February 2026, around the game’s first anniversary on February 18. Obsidian hasn’t announced an exact date yet.
What’s included in the update?
New Game Plus mode, Photo Mode, a new weapon type, character appearance changing, new character creation presets, enhanced Godlike features, and additional unannounced features making it the biggest update yet.

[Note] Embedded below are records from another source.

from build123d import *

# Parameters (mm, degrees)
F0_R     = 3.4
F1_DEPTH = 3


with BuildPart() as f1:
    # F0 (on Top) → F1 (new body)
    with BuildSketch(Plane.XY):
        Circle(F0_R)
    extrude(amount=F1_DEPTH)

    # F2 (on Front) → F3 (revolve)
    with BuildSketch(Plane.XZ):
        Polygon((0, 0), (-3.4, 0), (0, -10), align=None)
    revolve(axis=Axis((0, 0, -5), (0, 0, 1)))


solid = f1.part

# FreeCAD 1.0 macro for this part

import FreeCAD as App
import Part
import Sketcher

V = App.Vector
Q = App.Units.Quantity

doc = App.newDocument("Part")
body = doc.addObject("PartDesign::Body", "Body")

# Sketch on XY plane
sketch1 = body.newObject("Sketcher::SketchObject", "Sketch")
sketch1.AttachmentSupport = (doc.getObject("XY_Plane"), [""])
sketch1.MapMode = "FlatFace"
sketch1.addGeometry(Part.Circle(V(0, 0, 0), V(0, 0, 1), 3.4), False)
sketch1.addConstraint(Sketcher.Constraint("Coincident", 0, 3, -1, 1))
sketch1.addConstraint(Sketcher.Constraint("Diameter", 0, Q("6.8 mm")))
pad1 = body.newObject("PartDesign::Pad", "Pad")
pad1.Profile = sketch1
pad1.Length = 3

# Sketch on XZ plane
sketch2 = body.newObject("Sketcher::SketchObject", "Sketch001")
sketch2.AttachmentSupport = (doc.getObject("XZ_Plane"), [""])
sketch2.MapMode = "FlatFace"
sketch2.addGeometry(Part.LineSegment(V(0, 0, 0), V(-3.4, 0, 0)), False)
sketch2.addGeometry(Part.LineSegment(V(-3.4, 0, 0), V(0, -10, 0)), False)
sketch2.addGeometry(Part.LineSegment(V(0, -10, 0), V(0, 0, 0)), False)
sketch2.addConstraint(Sketcher.Constraint("Coincident", 0, 2, 1, 1))
sketch2.addConstraint(Sketcher.Constraint("Coincident", 1, 2, 2, 1))
sketch2.addConstraint(Sketcher.Constraint("Coincident", 2, 2, 0, 1))
sketch2.addConstraint(Sketcher.Constraint("Horizontal", 0))
sketch2.addConstraint(Sketcher.Constraint("Vertical", 2))
sketch2.addConstraint(Sketcher.Constraint("Coincident", 2, 2, -1, 1))
sketch2.addConstraint(Sketcher.Constraint("DistanceY", 2, 1, 2, 2, Q("10 mm")))
sketch2.addConstraint(Sketcher.Constraint("DistanceX", 0, 2, 0, 1, Q("3.4 mm")))
revolution = body.newObject("PartDesign::Revolution", "Revolution")
revolution.Profile = sketch2
revolution.ReferenceAxis = (sketch2, ["V_Axis"])
revolution.Angle = 360

doc.recompute()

Why was the fall update delayed?
Obsidian said they’re expanding it into a larger anniversary celebration. Realistically, the update wasn’t ready to ship in fall 2025, and they chose to delay rather than rush.
Will it be free?
The announcement didn’t specify, but previous spring and summer updates were free. Likely the core features are free with potential paid DLC announced alongside.
What’s New Game Plus?
A mode that lets you replay the campaign with carried-over progression, typically including harder enemies, exclusive loot, or story variations to encourage multiple playthroughs.
Is Avowed getting DLC?
Not confirmed, but the Anniversary Update timing and “additional features” language suggests story DLC could be announced then, similar to how The Outer Worlds 2 has two planned expansions.
Is Avowed coming to PS5?
Not officially announced, but Xbox exclusives typically get 12-month windows. February 2026 would align with a potential PS5 launch alongside the Anniversary Update.

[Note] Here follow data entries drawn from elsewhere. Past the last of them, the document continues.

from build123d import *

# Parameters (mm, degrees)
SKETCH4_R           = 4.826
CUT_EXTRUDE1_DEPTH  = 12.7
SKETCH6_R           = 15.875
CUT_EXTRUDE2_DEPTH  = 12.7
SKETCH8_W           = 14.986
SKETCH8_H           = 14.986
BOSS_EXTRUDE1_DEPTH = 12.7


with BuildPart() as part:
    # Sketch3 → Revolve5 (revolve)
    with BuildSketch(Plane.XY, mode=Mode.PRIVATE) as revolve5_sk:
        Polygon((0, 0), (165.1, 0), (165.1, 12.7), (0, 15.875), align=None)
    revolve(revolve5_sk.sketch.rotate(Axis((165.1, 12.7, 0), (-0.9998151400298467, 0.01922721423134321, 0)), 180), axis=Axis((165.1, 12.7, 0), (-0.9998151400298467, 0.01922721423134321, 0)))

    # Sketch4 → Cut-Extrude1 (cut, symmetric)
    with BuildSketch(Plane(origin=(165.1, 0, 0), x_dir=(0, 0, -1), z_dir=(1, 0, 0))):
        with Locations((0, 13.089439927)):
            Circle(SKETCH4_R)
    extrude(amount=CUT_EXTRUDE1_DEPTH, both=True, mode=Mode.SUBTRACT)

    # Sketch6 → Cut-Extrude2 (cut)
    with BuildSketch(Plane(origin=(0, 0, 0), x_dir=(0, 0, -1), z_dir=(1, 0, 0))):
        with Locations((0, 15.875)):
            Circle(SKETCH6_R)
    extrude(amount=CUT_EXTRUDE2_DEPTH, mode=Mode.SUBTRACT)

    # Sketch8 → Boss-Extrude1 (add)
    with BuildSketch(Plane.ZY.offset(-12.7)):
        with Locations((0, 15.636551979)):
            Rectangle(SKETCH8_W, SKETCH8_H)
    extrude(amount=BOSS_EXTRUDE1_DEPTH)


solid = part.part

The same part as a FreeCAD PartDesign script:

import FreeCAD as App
import Part
import Sketcher
Q = App.Units.Quantity

doc = App.newDocument("Part")
params = doc.addObject("Spreadsheet::Sheet", "Params")
for row, (alias, value) in enumerate([
    ("sketch1_width", "6.5 in"),
    ("sketch1_height", "0.5 in"),
    ("sketch1_height2", "0.625 in"),
    ("revolution_angle", "360 deg"),
    ("sketch2_diameter", "0.38 in"),
    ("pocket1_length", "1 in"),
    ("sketch3_diameter", "1.25 in"),
    ("pocket2_length", "0.5 in"),
    ("sketch4_width", "0.59 in"),
    ("pad1_length", "0.5 in"),
], start=1):
    params.set(f"A{row}", alias)
    params.set(f"B{row}", "=" + value)
    params.setAlias(f"B{row}", alias)

body = doc.addObject("PartDesign::Body", "Body")

# Sketch on XY plane
sketch1 = body.newObject("Sketcher::SketchObject", "Sketch")
sketch1.AttachmentSupport = (doc.getObject("XY_Plane"), [""])
sketch1.MapMode = "FlatFace"
sketch1.addGeometry(Part.LineSegment(App.Vector(0, 0, 0), App.Vector(165.1, 0, 0)), False)
sketch1.addGeometry(Part.LineSegment(App.Vector(165.1, 0, 0), App.Vector(165.1, 12.7, 0)), False)
sketch1.addGeometry(Part.LineSegment(App.Vector(165.1, 12.7, 0), App.Vector(0, 15.875, 0)), False)
sketch1.addGeometry(Part.LineSegment(App.Vector(0, 15.875, 0), App.Vector(0, 0, 0)), False)
sketch1.addGeometry(Part.LineSegment(App.Vector(165.34414, 12.695305, 0), App.Vector(0, 15.875, 0)), True)  # axis
sketch1.addConstraint(Sketcher.Constraint("Coincident", 0, 2, 1, 1))
sketch1.addConstraint(Sketcher.Constraint("Coincident", 1, 2, 2, 1))
sketch1.addConstraint(Sketcher.Constraint("Coincident", 2, 2, 3, 1))
sketch1.addConstraint(Sketcher.Constraint("Coincident", 3, 2, 0, 1))
sketch1.addConstraint(Sketcher.Constraint("Horizontal", 0))
sketch1.addConstraint(Sketcher.Constraint("Vertical", 1))
sketch1.addConstraint(Sketcher.Constraint("Vertical", 3))
sketch1.addConstraint(Sketcher.Constraint("Coincident", 3, 2, -1, 1))
sketch1.addConstraint(Sketcher.Constraint("Coincident", 4, 2, 2, 2))
sketch1.addConstraint(Sketcher.Constraint("Parallel", 2, 4))
sketch1.addConstraint(Sketcher.Constraint("DistanceX", 0, 1, 0, 2, Q("6.5 in")))
sketch1.addConstraint(Sketcher.Constraint("DistanceY", 1, 1, 1, 2, Q("0.5 in")))
sketch1.addConstraint(Sketcher.Constraint("DistanceY", 3, 2, 3, 1, Q("0.625 in")))
sketch1.addConstraint(Sketcher.Constraint("Distance", 4, Q("165.374712 mm")))
sketch1.setExpression("Constraints[10]", "Params.sketch1_width")
sketch1.setExpression("Constraints[11]", "Params.sketch1_height")
sketch1.setExpression("Constraints[12]", "Params.sketch1_height2")
revolution = body.newObject("PartDesign::Revolution", "Revolution")
revolution.Profile = sketch1
revolution.ReferenceAxis = (sketch1, ["Axis0"])
revolution.setExpression("Angle", "Params.revolution_angle")

# Sketch on YZ plane
sketch2 = body.newObject("Sketcher::SketchObject", "Sketch001")
sketch2.AttachmentSupport = (doc.getObject("YZ_Plane"), [""])
sketch2.MapMode = "FlatFace"
sketch2.AttachmentOffset = App.Placement(App.Vector(0, 0, 6.5 * 25.4), App.Rotation())
sketch2.addGeometry(Part.Circle(App.Vector(13.08944, 0, 0), App.Vector(0, 0, 1), 4.826), False)
sketch2.addConstraint(Sketcher.Constraint("PointOnObject", 0, 3, -1))
sketch2.addConstraint(Sketcher.Constraint("Diameter", 0, Q("0.38 in")))
sketch2.addConstraint(Sketcher.Constraint("DistanceX", -1, 1, 0, 3, Q("13.08944 mm")))
sketch2.setExpression("Constraints[1]", "Params.sketch2_diameter")
pocket1 = body.newObject("PartDesign::Pocket", "Pocket")
pocket1.Profile = sketch2
pocket1.setExpression("Length", "Params.pocket1_length")
pocket1.Midplane = True

# Sketch on YZ plane
sketch3 = body.newObject("Sketcher::SketchObject", "Sketch002")
sketch3.AttachmentSupport = (doc.getObject("YZ_Plane"), [""])
sketch3.MapMode = "FlatFace"
sketch3.addGeometry(Part.Circle(App.Vector(15.875, 0, 0), App.Vector(0, 0, 1), 15.875), False)
sketch3.addConstraint(Sketcher.Constraint("PointOnObject", 0, 3, -1))
sketch3.addConstraint(Sketcher.Constraint("Diameter", 0, Q("1.25 in")))
sketch3.addConstraint(Sketcher.Constraint("DistanceX", -1, 1, 0, 3, Q("0.625 in")))
sketch3.setExpression("Constraints[1]", "Params.sketch3_diameter")
pocket2 = body.newObject("PartDesign::Pocket", "Pocket001")
pocket2.Profile = sketch3
pocket2.setExpression("Length", "Params.pocket2_length")
pocket2.Reversed = True

# Sketch on YZ plane
sketch4 = body.newObject("Sketcher::SketchObject", "Sketch003")
sketch4.AttachmentSupport = (doc.getObject("YZ_Plane"), [""])
sketch4.MapMode = "FlatFace"
sketch4.AttachmentOffset = App.Placement(App.Vector(0, 0, 0.5 * 25.4), App.Rotation())
sketch4.addGeometry(Part.LineSegment(App.Vector(23.129552, -7.493, 0), App.Vector(8.143552, -7.493, 0)), False)
sketch4.addGeometry(Part.LineSegment(App.Vector(8.143552, -7.493, 0), App.Vector(8.143552, 7.493, 0)), False)
sketch4.addGeometry(Part.LineSegment(App.Vector(8.143552, 7.493, 0), App.Vector(23.129552, 7.493, 0)), False)
sketch4.addGeometry(Part.LineSegment(App.Vector(23.129552, 7.493, 0), App.Vector(23.129552, -7.493, 0)), False)
sketch4.addConstraint(Sketcher.Constraint("Coincident", 0, 2, 1, 1))
sketch4.addConstraint(Sketcher.Constraint("Coincident", 1, 2, 2, 1))
sketch4.addConstraint(Sketcher.Constraint("Coincident", 2, 2, 3, 1))
sketch4.addConstraint(Sketcher.Constraint("Coincident", 3, 2, 0, 1))
sketch4.addConstraint(Sketcher.Constraint("Horizontal", 0))
sketch4.addConstraint(Sketcher.Constraint("Vertical", 1))
sketch4.addConstraint(Sketcher.Constraint("Horizontal", 2))
sketch4.addConstraint(Sketcher.Constraint("Vertical", 3))
sketch4.addConstraint(Sketcher.Constraint("Equal", 2, 1))
sketch4.addConstraint(Sketcher.Constraint("DistanceX", 0, 2, 0, 1, Q("0.59 in")))
sketch4.addConstraint(Sketcher.Constraint("DistanceY", 0, 2, -1, 1, Q("0.295 in")))
sketch4.addConstraint(Sketcher.Constraint("DistanceX", -1, 1, 0, 2, Q("8.143552 mm")))
sketch4.setExpression("Constraints[9]", "Params.sketch4_width")
pad1 = body.newObject("PartDesign::Pad", "Pad")
pad1.Profile = sketch4
pad1.setExpression("Length", "Params.pad1_length")
pad1.Reversed = True

doc.recompute()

What other updates has Avowed gotten?
Spring update added Steam Deck verification and QOL features. Summer update added arachnophobia mode, improved enemy behaviors, custom map markers, and various fixes.
When did Avowed launch?
February 18, 2025, on Xbox Series X/S and PC. Originally planned for November 2024 but delayed to avoid holiday competition.
Conclusion
Avowed’s fall update delay to February 2026 transforms a routine patch into an anniversary celebration that could define the game’s long-term trajectory. By expanding scope and timing it with the one-year milestone, Obsidian turns a missed deadline into a marketing opportunity while buying time to properly implement features like New Game Plus that could revitalize player interest. The decision reflects a studio stretched thin across multiple simultaneous projects – Grounded 2 early access, The Outer Worlds 2 launch and DLC, legacy Pillars of Eternity support – but choosing quality over arbitrary roadmap commitments. Whether the Anniversary Update successfully brings players back to the Living Lands or represents Avowed’s last hurrah before Obsidian moves on depends entirely on what those mysterious “additional features” turn out to be. If it’s just New Game Plus and cosmetic options, that’s nice but not game-changing. If Obsidian announces meaty story DLC or substantial gameplay expansions, Avowed could have a genuine second wind. Either way, fans waiting for New Game Plus to justify another playthrough need to wait three more months beyond what was originally promised.